- _Task goal_: I need the number of lines in the following entries that hold the word "amount", and no other text.

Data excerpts
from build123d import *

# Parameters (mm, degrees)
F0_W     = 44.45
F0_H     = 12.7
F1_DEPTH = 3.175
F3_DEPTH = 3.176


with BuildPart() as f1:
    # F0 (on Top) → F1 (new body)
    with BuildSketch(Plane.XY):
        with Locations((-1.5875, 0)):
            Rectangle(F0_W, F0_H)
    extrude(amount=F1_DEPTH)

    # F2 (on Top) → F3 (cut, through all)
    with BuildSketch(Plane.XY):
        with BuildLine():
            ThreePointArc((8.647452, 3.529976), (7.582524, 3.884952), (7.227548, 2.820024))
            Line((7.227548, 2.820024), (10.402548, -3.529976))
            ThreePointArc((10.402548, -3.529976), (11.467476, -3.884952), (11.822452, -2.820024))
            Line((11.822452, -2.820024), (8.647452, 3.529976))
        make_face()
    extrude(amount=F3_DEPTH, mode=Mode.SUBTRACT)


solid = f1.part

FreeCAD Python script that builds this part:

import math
import FreeCAD as App
import Part
import Sketcher
Q = App.Units.Quantity


def add_polygon(sketch, points):
    """Adds a closed chain of lines whose ends are joined by coincident constraints."""
    first, n = sketch.GeometryCount, len(points)
    for a, b in zip(points, points[1:] + points[:1]):
        sketch.addGeometry(Part.LineSegment(App.Vector(*a, 0), App.Vector(*b, 0)), False)
    for i in range(n):
        sketch.addConstraint(Sketcher.Constraint("Coincident", first + i, 2, first + (i + 1) % n, 1))

doc = App.newDocument("Part")
params = doc.addObject("Spreadsheet::Sheet", "Params")
for row, (alias, value) in enumerate([
    ("sketch1_height", "0.5 in"),
    ("sketch1_width", "1.75 in"),
    ("pad1_length", "0.125 in"),
    ("sketch2_radius", "0.03125 in"),
], start=1):
    params.set(f"A{row}", alias)
    params.set(f"B{row}", "=" + value)
    params.setAlias(f"B{row}", alias)

body = doc.addObject("PartDesign::Body", "Body")

# Sketch on XY plane
sketch1 = doc.addObject("Sketcher::SketchObject", "Sketch")
body.addObject(sketch1)
sketch1.AttachmentSupport = (doc.XY_Plane, [""])
sketch1.MapMode = "FlatFace"
add_polygon(sketch1, [(-24, 6), (-24, -6), (21, -6), (21, 6)])  # lines 0-3
sketch1.addConstraint([
    Sketcher.Constraint("Vertical", 0),
    Sketcher.Constraint("Horizontal", 1),
    Sketcher.Constraint("Vertical", 2),
    Sketcher.Constraint("Horizontal", 3),
    Sketcher.Constraint("DistanceY", 0, 2, 0, 1, Q("0.5 in")),
    Sketcher.Constraint("DistanceX", 1, 1, 1, 2, Q("1.75 in")),
    Sketcher.Constraint("DistanceY", 0, 2, -1, 1, Q("0.25 in")),
    Sketcher.Constraint("DistanceX", 0, 2, -1, 1, Q("0.9375 in")),
])
sketch1.setExpression("Constraints[8]", "Params.sketch1_height")
sketch1.setExpression("Constraints[9]", "Params.sketch1_width")
pad1 = doc.addObject("PartDesign::Pad", "Pad")
body.addObject(pad1)
pad1.Profile = sketch1
pad1.setExpression("Length", "Params.pad1_length")

# Sketch on XY plane
sketch2 = doc.addObject("Sketcher::SketchObject", "Sketch001")
body.addObject(sketch2)
sketch2.AttachmentSupport = (doc.XY_Plane, [""])
sketch2.MapMode = "FlatFace"
sketch2.addGeometry([
    Part.ArcOfCircle(Part.Circle(App.Vector(7.9, 3.2, 0), App.Vector(0, 0, 1), 0.8), math.radians(27), math.radians(207)),
    Part.LineSegment(App.Vector(7.2, 2.8, 0), App.Vector(10.4, -3.5, 0)),
    Part.ArcOfCircle(Part.Circle(App.Vector(11.1, -3.2, 0), App.Vector(0, 0, 1), 0.8), math.radians(-153), math.radians(27)),
    Part.LineSegment(App.Vector(11.8, -2.8, 0), App.Vector(8.6, 3.5, 0)),
], False)
sketch2.addConstraint([
    Sketcher.Constraint("Tangent", 0, 2, 1, 1),
    Sketcher.Constraint("Tangent", 1, 2, 2, 1),
    Sketcher.Constraint("Tangent", 2, 2, 3, 1),
    Sketcher.Constraint("Tangent", 3, 2, 0, 1),
    Sketcher.Constraint("Equal", 0, 2),
    Sketcher.Constraint("Radius", 0, Q("0.03125 in")),
    Sketcher.Constraint("DistanceY", 2, 3, 0, 3, Q("0.25 in")),
    Sketcher.Constraint("DistanceX", -1, 1, 0, 3, Q("0.3125 in")),
    Sketcher.Constraint("DistanceY", -1, 1, 0, 3, Q("0.125 in")),
    Sketcher.Constraint("DistanceX", -1, 1, 2, 3, Q("0.4375 in")),
])
sketch2.setExpression("Constraints[5]", "Params.sketch2_radius")
pocket1 = doc.addObject("PartDesign::Pocket", "Pocket")
body.addObject(pocket1)
pocket1.Profile = sketch2
pocket1.Type = "ThroughAll"
pocket1.Reversed = True

doc.recompute()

- _Exercise response_: 2